Resurgence of "Win 7 XXX 2011" Fakeware

Discussion in 'ESET NOD32 Antivirus' started by Khakiass, Apr 15, 2011.

Thread Status:
Not open for further replies.
  1. Khakiass

    Khakiass Registered Member

    Joined:
    Apr 2, 2010
    Posts:
    8
    Over the past three days there has been a huge upswing in the number of my users infected by variants of "Win 7 Total Security / Antispyware / etc. 2011." Yesterday alone I dealt with approximately 70.
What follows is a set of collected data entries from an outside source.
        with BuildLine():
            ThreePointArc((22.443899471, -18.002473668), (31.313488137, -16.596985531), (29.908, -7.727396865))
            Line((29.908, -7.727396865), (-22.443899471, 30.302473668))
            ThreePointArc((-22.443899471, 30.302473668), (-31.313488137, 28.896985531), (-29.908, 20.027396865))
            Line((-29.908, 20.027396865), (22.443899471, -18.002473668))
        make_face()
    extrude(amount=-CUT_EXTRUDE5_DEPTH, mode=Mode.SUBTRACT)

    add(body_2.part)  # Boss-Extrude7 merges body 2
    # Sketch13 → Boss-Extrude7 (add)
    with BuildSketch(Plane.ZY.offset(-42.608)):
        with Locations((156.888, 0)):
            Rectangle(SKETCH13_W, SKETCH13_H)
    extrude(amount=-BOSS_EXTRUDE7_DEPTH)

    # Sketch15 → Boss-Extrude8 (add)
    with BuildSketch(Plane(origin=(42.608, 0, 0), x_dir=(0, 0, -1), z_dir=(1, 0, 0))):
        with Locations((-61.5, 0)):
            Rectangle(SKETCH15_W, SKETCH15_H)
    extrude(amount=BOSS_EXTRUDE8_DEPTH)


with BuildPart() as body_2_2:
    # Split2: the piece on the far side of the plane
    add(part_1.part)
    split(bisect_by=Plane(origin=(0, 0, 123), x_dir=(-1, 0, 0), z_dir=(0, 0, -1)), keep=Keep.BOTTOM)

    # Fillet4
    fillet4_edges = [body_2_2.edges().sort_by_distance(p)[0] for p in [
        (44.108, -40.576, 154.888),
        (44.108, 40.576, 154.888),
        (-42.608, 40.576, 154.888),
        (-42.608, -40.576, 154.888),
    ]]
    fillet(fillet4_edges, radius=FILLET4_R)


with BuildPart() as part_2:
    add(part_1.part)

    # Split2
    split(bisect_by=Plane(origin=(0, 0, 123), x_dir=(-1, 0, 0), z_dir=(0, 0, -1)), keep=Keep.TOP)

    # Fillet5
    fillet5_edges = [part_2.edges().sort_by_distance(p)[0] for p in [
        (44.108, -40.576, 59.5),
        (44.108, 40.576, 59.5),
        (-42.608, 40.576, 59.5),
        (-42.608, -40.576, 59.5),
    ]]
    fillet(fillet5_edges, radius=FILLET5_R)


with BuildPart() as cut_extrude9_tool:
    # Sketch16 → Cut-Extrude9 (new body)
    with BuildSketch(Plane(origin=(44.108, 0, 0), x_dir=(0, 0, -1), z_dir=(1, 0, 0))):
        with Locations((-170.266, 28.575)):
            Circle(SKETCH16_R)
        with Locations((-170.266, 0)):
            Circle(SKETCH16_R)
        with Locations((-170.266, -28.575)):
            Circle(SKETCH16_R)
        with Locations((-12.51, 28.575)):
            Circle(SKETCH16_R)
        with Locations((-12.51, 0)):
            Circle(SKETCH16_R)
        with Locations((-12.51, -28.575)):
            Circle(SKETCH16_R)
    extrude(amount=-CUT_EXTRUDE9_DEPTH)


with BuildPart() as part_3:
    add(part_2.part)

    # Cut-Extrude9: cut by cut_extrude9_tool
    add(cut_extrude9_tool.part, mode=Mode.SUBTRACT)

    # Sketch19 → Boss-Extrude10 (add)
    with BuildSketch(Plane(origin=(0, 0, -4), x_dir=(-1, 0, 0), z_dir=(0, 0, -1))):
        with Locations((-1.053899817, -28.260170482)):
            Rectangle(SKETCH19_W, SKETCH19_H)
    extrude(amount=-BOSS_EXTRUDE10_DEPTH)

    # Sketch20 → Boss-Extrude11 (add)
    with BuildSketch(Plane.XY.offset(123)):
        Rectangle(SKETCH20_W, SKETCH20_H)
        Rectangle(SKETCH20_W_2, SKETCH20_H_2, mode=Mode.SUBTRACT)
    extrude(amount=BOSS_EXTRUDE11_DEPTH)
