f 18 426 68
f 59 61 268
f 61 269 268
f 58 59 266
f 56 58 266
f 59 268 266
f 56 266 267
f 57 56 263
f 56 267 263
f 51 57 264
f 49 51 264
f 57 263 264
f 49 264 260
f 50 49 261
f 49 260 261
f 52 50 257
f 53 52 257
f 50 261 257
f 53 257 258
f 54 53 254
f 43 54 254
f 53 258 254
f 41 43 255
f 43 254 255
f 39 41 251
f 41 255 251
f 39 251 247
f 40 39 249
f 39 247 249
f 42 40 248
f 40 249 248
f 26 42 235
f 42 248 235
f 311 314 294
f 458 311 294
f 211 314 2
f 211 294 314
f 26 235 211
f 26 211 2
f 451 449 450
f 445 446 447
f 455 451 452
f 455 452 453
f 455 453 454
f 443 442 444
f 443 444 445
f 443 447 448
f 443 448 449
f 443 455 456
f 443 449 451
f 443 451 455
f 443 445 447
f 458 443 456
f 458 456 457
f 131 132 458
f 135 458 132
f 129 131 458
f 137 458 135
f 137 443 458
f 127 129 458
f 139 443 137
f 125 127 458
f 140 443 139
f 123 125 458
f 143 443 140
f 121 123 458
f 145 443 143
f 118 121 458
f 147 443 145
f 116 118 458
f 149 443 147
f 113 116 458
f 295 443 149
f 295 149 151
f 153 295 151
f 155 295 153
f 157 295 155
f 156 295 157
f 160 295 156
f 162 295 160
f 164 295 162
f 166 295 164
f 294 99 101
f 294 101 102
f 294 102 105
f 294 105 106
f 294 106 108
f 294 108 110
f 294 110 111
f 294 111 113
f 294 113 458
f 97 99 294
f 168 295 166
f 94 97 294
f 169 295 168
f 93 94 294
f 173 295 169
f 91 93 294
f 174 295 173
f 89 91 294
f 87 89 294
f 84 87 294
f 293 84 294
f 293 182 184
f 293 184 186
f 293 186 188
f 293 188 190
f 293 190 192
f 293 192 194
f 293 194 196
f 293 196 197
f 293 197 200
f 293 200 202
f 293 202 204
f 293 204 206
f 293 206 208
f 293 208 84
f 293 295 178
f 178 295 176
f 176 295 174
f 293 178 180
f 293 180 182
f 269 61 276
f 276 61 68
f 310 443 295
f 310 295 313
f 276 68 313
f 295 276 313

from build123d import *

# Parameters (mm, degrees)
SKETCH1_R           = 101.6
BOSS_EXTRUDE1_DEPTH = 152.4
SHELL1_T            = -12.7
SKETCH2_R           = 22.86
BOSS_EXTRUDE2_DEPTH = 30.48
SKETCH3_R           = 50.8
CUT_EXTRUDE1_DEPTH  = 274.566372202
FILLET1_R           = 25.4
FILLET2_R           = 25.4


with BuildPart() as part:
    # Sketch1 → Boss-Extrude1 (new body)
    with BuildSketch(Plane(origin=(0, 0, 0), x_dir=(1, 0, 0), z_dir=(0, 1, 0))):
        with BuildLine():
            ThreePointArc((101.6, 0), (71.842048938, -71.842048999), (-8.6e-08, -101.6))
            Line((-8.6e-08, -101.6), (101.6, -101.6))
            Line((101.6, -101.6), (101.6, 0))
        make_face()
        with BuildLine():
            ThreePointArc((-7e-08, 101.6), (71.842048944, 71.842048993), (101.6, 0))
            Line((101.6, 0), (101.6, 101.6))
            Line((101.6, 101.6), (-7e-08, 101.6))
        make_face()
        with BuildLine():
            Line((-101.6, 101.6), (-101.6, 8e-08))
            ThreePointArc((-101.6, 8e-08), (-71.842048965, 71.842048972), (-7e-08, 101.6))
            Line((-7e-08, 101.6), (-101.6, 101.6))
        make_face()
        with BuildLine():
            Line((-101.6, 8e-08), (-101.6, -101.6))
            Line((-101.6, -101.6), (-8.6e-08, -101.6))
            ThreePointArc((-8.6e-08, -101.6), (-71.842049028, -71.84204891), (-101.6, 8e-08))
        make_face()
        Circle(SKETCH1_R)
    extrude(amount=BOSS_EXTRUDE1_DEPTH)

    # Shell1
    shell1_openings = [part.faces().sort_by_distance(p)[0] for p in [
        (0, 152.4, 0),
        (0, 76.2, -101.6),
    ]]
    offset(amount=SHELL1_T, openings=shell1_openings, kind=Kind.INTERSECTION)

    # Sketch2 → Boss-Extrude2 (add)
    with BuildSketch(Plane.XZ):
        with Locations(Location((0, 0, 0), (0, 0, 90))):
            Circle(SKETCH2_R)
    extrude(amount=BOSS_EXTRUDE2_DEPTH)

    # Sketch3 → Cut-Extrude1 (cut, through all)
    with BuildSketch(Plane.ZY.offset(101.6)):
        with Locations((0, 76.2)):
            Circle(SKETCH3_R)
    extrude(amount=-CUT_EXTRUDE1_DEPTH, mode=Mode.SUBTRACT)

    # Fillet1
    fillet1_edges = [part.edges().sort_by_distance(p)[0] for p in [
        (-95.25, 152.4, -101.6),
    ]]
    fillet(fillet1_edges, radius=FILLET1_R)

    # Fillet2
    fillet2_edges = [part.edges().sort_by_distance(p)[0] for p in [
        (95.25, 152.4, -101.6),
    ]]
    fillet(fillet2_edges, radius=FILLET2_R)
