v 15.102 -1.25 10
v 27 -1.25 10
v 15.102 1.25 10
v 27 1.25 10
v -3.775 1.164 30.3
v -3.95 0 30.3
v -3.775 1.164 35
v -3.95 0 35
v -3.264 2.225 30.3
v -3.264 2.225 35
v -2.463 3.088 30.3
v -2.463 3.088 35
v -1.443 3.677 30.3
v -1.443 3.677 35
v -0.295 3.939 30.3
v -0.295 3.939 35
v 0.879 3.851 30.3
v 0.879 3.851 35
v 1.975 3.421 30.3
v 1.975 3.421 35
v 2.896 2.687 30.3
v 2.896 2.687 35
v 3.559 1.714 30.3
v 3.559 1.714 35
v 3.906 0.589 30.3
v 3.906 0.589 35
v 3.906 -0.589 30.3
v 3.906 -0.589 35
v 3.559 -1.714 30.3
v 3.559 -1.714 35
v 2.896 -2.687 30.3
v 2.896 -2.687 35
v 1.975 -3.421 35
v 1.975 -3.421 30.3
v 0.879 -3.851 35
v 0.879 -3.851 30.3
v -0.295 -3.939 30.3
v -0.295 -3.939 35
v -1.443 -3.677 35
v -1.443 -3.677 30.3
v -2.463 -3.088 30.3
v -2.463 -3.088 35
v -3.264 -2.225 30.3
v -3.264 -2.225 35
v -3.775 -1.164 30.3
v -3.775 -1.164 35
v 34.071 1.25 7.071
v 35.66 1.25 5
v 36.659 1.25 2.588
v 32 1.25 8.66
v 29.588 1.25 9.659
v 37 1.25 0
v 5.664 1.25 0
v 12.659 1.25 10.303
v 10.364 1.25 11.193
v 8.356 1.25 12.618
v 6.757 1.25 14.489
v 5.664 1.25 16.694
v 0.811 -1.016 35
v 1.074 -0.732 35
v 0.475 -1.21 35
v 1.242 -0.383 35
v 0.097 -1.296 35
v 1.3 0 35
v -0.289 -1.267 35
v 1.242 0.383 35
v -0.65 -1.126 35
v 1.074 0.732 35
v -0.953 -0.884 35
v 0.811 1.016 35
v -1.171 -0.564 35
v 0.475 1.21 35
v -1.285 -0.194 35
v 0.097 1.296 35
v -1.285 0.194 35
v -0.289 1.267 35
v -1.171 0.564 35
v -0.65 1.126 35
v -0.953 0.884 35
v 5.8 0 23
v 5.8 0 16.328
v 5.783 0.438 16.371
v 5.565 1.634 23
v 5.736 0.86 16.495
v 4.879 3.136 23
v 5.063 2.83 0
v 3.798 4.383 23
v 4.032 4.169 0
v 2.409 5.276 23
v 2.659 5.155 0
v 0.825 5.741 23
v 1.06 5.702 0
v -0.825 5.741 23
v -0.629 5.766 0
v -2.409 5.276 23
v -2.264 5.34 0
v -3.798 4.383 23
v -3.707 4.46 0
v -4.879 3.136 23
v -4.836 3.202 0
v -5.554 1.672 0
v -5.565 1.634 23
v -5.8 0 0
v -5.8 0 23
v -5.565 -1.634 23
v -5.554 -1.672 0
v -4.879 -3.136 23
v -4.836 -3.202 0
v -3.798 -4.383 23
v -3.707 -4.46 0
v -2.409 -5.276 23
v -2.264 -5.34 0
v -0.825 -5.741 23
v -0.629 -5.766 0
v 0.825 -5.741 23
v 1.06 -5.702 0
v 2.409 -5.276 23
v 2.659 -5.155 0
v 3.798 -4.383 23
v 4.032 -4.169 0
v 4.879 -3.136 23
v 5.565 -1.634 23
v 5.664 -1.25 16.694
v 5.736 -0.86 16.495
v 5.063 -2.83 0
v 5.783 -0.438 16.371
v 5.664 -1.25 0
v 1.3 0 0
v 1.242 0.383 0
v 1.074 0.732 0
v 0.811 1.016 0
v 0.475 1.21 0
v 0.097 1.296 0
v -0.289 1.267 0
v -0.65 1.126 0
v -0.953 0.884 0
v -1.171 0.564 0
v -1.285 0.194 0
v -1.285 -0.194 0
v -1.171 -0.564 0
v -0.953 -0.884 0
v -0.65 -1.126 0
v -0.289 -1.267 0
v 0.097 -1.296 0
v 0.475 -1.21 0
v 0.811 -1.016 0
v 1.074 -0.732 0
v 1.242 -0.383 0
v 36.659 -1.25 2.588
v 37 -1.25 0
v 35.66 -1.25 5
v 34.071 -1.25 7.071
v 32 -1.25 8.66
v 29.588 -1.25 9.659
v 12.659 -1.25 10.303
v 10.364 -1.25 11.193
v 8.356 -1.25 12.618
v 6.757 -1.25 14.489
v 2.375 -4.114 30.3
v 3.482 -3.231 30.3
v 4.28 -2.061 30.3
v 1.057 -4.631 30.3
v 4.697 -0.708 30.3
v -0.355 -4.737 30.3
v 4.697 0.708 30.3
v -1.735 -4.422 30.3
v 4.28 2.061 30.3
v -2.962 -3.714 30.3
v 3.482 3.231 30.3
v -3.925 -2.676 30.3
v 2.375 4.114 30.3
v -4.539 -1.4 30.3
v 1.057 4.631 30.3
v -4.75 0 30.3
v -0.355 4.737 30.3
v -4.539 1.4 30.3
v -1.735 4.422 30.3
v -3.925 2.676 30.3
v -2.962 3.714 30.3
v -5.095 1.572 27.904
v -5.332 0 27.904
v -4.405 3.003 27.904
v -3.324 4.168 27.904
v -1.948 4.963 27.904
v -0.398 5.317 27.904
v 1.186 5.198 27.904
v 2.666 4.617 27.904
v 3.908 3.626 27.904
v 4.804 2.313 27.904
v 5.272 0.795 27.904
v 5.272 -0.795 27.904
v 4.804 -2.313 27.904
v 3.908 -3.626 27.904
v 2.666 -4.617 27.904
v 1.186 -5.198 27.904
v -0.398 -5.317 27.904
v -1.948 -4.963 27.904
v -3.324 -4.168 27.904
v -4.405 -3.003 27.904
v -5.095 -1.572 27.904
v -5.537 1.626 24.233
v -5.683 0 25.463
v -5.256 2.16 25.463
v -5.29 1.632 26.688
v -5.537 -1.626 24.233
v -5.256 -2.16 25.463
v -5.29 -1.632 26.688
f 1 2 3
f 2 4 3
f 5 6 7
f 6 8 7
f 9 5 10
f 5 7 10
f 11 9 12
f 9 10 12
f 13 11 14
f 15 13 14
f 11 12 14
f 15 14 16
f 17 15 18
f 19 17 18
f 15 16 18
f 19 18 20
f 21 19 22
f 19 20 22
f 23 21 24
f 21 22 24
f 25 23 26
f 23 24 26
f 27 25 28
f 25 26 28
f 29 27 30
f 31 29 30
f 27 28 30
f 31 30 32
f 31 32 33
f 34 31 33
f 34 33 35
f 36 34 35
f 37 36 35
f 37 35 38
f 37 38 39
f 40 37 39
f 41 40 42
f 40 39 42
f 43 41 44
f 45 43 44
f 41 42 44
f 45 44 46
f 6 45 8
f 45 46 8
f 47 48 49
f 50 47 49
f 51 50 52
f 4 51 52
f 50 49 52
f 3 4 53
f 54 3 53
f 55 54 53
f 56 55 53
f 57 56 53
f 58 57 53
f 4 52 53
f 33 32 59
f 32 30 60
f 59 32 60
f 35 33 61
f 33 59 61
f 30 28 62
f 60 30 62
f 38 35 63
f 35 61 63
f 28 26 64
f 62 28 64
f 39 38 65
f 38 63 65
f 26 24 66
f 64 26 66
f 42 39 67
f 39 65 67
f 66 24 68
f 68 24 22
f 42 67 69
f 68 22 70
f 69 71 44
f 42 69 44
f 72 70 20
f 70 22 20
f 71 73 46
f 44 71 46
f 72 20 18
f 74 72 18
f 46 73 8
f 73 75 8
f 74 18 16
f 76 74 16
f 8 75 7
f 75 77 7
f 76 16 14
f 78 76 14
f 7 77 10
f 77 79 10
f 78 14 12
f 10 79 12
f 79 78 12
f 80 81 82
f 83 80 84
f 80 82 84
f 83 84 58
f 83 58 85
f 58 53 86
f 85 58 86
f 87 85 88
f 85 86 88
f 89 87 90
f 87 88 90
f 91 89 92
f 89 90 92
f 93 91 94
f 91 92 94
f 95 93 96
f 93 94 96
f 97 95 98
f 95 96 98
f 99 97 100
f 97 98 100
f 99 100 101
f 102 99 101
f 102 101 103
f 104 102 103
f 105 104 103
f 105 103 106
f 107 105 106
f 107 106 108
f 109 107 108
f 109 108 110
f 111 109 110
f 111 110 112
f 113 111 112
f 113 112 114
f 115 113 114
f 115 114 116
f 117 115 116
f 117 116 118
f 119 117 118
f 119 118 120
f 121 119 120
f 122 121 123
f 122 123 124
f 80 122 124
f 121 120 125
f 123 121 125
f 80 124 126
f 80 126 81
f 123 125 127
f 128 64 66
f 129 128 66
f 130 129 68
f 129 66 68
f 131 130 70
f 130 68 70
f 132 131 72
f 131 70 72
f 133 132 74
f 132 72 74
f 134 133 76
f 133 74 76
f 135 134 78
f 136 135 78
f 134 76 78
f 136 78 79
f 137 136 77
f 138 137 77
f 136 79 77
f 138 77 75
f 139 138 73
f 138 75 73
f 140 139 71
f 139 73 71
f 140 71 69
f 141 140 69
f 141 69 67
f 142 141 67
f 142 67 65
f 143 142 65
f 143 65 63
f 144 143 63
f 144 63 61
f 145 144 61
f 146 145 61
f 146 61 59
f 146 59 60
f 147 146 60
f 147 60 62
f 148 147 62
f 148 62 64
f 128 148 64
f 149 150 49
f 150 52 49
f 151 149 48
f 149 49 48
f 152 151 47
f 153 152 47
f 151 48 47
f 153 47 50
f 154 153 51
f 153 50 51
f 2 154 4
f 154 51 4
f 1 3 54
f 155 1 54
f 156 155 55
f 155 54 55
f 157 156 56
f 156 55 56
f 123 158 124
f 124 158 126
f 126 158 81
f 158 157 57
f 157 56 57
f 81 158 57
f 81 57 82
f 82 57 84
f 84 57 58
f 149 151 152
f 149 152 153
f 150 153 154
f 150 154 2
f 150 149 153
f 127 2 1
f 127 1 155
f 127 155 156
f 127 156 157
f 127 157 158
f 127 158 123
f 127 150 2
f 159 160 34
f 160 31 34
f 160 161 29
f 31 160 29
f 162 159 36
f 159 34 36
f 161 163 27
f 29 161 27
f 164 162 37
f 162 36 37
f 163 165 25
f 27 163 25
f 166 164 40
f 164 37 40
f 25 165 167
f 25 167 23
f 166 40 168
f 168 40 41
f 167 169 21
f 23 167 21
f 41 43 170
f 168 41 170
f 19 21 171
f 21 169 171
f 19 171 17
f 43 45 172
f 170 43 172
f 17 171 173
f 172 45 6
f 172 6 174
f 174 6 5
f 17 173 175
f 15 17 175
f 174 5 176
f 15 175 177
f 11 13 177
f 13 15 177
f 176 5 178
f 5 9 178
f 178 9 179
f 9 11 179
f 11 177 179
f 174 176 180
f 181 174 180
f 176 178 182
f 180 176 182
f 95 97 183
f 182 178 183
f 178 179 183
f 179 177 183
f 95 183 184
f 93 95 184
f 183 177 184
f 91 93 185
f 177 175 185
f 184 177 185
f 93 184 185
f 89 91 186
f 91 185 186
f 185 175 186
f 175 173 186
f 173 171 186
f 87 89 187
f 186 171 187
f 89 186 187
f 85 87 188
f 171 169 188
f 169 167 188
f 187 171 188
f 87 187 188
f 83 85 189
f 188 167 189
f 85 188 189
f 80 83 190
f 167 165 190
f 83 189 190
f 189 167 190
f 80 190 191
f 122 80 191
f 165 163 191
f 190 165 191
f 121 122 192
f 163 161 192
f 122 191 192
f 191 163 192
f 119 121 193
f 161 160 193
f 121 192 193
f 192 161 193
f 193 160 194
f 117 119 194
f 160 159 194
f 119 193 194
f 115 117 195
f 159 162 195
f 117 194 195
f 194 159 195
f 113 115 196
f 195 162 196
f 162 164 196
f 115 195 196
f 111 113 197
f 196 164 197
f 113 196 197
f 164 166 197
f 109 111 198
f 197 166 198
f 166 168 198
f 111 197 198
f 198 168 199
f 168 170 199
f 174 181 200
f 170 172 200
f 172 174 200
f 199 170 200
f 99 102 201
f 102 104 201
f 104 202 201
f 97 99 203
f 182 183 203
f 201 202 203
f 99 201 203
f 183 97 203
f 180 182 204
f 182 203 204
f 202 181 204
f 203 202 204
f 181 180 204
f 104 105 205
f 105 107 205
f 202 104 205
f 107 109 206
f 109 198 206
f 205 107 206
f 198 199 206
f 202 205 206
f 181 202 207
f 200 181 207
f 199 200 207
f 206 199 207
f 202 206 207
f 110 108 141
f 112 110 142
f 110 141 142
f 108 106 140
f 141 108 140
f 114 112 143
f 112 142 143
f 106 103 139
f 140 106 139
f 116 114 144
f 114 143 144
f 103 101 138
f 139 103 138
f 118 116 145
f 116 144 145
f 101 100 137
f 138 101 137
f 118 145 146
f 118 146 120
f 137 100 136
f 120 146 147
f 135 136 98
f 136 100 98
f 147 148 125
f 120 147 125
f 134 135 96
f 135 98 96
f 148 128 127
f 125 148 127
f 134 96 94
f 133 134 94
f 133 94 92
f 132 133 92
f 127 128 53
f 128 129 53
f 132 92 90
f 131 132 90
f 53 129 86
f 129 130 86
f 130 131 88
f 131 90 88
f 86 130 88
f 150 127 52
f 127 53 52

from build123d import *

# Parameters (mm, degrees)
SKETCH1_R           = 5.8
BOSS_EXTRUDE1_DEPTH = 23
BOSS_EXTRUDE2_DEPTH = 1.25
SKETCH4_R           = 1.3
CUT_EXTRUDE1_DEPTH  = 36.0000001


with BuildPart() as part:
    # Sketch1 → Boss-Extrude1 (new body)
    with BuildSketch(Plane.XY):
        Circle(SKETCH1_R)
    extrude(amount=BOSS_EXTRUDE1_DEPTH)

    # Sketch2 → Boss-Extrude2 (add, symmetric)
    with BuildSketch(Plane(origin=(0, 0, 0), x_dir=(1, 0, 0), z_dir=(0, 1, 0))):
        with BuildLine():
            Line((0, 0), (37, 0))
            ThreePointArc((37, 0), (34.071067812, -7.071067812), (27, -10))
            Line((27, -10), (15.101535324, -10))
            ThreePointArc((15.101535324, -10), (8.030467512, -12.928932188), (5.101535324, -20))
            Line((5.101535324, -20), (0, -20))
            Line((0, -20), (0, 0))
        make_face()
    extrude(amount=BOSS_EXTRUDE2_DEPTH, both=True)

    # Sketch3 → Revolve1 (revolve)
    with BuildSketch(Plane(origin=(0, 0, 0), x_dir=(1, 0, 0), z_dir=(0, 1, 0))):
        with BuildLine():
            Line((0, -23), (-5.8, -23))
            ThreePointArc((-5.8, -23), (-5.536156171, -26.687563559), (-4.75, -30.3))
            Line((-4.75, -30.3), (-3.95, -30.3))
            Line((-3.95, -30.3), (-3.95, -35))
            Line((-3.95, -35), (0, -35))
            Line((0, -35), (0, -23))
        make_face()
    revolve(axis=Axis((0, 0, 1000), (0, 0, -1)))

    # Sketch4 → Cut-Extrude1 (cut, through all)
    with BuildSketch(Plane.XY.offset(35)):
        Circle(SKETCH4_R)
    extrude(amount=-CUT_EXTRUDE1_DEPTH, mode=Mode.SUBTRACT)


solid = part.part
    The vector appears to have been an injected web advertisement, and unfortunately ESET does not appear to be detecting it presently (not just failing to prevent its install, but when I right-click the malicious .exe and choose to scan it is returned as clean) These are fully up to date Windows 7 Ultimate machines running ESET Nod32 4.2.58.3 and definitions 6045. I was hoping someone could speak to this particular malware, and as to whether an updated def pack will be addressing it. I have submitted multiple samples over the past few days.

    Behavior appears as follows:

    3 alpha character name.exe (e.g. smc.exe) stored in %\AppData\Local
    10 numeric character system file stored in %\AppData\Local

    Processes attaches itself via registry keys so that launching any .exe file on the host machine calls the .exe file stored in %\AppData\Local.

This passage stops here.